(MATERIAL SUPPLIED begins)

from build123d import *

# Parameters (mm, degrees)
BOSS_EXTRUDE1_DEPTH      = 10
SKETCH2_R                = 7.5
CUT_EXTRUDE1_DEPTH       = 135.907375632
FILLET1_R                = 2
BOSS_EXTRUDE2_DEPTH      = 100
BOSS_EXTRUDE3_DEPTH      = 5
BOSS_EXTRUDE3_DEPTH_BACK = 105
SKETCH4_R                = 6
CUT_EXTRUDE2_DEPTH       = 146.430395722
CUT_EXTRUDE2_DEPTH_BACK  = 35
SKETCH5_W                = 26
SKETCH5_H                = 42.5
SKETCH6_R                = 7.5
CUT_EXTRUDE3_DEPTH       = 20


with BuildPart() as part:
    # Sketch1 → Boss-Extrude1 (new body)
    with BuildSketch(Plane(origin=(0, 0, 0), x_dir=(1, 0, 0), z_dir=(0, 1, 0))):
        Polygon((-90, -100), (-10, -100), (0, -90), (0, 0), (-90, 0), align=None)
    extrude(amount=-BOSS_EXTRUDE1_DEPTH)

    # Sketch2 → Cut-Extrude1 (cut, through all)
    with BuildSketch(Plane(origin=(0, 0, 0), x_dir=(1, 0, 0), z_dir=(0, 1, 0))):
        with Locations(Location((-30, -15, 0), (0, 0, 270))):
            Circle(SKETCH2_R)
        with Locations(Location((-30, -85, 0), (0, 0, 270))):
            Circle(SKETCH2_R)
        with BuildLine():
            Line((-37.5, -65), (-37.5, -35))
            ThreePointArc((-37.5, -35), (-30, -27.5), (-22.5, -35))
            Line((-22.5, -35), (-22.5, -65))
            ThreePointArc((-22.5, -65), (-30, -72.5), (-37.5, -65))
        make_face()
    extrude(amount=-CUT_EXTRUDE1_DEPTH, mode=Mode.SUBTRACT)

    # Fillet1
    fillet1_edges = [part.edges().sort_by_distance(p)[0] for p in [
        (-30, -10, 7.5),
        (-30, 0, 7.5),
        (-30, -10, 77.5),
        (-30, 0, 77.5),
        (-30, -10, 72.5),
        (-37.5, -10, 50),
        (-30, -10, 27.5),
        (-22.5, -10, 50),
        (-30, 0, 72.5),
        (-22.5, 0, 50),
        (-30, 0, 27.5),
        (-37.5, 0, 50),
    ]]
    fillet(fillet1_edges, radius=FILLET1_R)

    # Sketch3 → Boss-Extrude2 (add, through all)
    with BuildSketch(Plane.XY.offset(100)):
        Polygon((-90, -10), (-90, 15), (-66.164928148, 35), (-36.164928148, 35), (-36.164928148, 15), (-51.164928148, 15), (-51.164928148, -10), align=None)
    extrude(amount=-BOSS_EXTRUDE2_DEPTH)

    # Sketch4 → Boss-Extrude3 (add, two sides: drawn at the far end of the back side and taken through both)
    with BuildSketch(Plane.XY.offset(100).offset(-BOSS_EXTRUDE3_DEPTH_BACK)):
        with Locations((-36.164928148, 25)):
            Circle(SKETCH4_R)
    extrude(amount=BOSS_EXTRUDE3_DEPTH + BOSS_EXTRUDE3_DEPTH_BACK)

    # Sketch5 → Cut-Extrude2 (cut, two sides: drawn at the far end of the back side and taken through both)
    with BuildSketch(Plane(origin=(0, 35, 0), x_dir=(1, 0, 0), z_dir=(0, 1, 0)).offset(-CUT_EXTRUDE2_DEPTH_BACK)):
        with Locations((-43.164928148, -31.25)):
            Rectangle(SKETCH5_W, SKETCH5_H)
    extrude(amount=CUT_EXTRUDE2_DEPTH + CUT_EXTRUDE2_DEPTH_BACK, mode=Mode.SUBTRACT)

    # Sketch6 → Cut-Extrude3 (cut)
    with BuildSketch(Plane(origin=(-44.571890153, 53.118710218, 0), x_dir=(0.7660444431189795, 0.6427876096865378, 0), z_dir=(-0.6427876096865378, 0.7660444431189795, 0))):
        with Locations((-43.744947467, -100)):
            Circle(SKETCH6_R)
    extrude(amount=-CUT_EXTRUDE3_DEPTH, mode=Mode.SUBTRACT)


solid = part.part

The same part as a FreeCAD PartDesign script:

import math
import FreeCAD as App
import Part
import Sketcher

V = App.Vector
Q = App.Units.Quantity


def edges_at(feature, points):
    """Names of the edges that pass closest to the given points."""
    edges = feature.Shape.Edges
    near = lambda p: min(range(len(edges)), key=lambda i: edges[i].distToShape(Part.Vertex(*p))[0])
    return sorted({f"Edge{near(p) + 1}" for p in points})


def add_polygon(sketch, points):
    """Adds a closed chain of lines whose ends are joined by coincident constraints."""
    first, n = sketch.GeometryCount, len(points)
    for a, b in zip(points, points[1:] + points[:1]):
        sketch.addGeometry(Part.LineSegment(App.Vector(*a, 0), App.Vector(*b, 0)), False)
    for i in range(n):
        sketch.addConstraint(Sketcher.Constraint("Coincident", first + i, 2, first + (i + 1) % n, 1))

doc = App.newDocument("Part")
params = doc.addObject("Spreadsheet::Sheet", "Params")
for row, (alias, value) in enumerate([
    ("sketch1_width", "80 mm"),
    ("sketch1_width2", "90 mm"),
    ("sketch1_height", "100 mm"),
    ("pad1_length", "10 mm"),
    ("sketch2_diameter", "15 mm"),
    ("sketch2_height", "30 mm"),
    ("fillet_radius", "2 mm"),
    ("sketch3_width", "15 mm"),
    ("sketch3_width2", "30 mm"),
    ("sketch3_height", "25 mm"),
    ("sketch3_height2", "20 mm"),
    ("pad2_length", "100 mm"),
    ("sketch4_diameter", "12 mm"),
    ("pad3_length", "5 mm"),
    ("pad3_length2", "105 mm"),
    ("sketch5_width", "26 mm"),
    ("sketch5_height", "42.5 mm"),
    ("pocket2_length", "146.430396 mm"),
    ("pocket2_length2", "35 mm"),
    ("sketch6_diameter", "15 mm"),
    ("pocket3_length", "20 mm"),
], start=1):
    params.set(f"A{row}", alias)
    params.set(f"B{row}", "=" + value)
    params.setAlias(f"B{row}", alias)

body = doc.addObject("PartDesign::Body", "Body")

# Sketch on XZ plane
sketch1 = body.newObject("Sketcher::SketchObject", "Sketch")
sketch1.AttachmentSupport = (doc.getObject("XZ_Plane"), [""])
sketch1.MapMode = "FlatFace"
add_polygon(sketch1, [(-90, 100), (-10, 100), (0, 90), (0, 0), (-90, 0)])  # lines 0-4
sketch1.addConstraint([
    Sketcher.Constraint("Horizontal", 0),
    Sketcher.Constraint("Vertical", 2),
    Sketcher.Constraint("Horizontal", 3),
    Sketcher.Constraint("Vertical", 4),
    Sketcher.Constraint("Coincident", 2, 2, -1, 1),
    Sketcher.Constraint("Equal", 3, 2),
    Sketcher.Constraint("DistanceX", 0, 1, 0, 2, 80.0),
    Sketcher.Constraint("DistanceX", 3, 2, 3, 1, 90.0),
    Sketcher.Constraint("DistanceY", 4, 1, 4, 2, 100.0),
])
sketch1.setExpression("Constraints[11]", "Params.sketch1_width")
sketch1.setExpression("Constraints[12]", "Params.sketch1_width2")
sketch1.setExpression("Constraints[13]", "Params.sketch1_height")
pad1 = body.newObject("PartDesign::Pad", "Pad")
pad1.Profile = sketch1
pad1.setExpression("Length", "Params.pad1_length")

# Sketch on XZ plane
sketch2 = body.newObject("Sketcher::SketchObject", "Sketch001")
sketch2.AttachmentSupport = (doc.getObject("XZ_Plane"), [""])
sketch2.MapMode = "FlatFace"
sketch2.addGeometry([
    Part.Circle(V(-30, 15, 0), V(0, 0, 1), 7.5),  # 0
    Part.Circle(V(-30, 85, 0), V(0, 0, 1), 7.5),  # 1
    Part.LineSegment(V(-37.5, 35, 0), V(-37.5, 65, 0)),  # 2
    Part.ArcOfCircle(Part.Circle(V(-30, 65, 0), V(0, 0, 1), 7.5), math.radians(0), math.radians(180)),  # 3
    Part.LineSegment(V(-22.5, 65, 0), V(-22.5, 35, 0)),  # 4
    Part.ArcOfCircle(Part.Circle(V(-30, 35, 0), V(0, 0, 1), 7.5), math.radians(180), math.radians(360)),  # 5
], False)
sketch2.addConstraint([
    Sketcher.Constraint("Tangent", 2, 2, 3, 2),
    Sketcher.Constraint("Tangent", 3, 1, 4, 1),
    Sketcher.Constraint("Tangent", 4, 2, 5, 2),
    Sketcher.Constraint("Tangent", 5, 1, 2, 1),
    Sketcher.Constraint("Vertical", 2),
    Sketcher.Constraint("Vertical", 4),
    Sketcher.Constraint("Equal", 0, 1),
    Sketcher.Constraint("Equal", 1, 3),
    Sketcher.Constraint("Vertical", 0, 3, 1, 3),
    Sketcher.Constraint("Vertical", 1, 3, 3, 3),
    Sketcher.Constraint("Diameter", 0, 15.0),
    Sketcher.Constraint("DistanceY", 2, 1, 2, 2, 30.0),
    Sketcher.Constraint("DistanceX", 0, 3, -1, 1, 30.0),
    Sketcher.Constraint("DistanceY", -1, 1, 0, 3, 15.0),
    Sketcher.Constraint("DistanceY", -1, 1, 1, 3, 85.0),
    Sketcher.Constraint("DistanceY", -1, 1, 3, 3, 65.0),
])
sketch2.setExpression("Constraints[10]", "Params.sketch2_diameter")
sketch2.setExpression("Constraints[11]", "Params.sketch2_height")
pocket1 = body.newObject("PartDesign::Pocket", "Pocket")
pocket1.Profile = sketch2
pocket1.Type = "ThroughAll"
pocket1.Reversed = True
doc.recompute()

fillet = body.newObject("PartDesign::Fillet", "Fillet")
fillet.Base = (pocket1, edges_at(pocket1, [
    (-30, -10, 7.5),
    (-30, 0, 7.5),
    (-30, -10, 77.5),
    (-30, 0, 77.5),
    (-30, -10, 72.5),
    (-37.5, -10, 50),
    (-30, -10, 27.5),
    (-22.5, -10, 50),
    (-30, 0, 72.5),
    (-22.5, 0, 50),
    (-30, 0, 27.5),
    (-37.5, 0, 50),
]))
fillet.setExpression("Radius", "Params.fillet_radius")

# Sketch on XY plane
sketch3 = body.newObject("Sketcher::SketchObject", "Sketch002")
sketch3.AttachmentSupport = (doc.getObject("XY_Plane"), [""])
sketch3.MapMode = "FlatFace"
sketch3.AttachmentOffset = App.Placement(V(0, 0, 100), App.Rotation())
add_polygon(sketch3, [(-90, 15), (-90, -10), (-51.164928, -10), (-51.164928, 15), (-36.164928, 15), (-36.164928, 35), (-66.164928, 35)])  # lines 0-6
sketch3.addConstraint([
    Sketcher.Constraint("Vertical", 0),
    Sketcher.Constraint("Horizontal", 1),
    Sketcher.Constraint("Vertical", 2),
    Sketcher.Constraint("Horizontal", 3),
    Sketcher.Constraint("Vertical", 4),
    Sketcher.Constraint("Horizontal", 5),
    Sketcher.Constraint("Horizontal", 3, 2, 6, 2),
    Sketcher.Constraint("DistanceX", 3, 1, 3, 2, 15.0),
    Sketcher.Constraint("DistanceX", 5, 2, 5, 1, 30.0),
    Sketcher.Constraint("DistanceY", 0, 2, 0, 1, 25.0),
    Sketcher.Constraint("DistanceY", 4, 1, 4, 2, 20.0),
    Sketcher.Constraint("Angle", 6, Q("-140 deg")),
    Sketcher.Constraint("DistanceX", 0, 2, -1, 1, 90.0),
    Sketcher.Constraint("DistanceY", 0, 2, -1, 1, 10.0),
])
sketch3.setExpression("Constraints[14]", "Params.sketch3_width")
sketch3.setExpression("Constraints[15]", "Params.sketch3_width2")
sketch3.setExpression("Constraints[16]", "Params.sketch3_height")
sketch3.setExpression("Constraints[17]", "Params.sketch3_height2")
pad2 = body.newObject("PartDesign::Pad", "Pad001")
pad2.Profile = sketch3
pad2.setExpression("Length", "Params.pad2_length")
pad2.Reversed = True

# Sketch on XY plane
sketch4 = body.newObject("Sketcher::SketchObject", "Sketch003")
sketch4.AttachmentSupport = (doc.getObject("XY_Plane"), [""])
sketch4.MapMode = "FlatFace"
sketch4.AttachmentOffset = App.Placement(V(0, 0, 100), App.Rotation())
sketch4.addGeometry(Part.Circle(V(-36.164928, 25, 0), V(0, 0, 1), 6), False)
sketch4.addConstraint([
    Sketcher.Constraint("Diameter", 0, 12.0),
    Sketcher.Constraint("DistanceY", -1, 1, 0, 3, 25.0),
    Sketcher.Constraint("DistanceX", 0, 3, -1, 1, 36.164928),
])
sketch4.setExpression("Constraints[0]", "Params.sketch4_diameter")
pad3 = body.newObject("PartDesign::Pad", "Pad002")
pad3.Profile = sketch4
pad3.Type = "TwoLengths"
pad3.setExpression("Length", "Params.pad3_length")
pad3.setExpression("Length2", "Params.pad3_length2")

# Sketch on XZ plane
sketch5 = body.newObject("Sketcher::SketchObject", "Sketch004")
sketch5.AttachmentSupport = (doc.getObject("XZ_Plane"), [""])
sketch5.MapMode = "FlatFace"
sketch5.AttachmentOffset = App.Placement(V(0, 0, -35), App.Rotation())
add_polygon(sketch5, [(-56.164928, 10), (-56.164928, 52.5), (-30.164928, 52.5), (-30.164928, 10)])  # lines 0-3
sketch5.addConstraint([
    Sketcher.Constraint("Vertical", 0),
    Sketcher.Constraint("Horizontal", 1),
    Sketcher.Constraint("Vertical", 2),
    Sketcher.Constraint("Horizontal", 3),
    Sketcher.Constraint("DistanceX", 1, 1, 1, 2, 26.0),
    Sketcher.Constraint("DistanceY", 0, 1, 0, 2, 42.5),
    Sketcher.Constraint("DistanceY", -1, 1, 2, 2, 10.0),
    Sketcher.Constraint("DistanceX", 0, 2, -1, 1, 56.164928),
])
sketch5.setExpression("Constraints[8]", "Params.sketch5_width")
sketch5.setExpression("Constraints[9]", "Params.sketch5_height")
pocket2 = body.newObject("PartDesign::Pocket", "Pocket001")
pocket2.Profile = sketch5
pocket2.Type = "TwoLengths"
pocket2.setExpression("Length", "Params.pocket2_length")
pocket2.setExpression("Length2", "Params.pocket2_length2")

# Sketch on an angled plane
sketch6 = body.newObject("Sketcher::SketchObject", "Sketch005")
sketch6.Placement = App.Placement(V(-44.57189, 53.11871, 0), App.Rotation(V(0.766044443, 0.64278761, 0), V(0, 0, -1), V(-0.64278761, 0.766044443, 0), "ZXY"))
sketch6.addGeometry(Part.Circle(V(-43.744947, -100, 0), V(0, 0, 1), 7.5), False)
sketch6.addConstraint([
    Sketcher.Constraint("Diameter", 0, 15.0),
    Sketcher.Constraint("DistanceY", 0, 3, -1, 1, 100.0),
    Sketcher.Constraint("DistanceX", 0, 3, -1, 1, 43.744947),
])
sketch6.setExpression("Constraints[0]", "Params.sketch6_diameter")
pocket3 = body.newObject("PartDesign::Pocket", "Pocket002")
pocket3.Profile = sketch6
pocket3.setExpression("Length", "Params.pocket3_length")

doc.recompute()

(MATERIAL SUPPLIED ends)

Looking at the data above, how many lines hold the word "both"? Respond with the number alone.

SOLUTION
2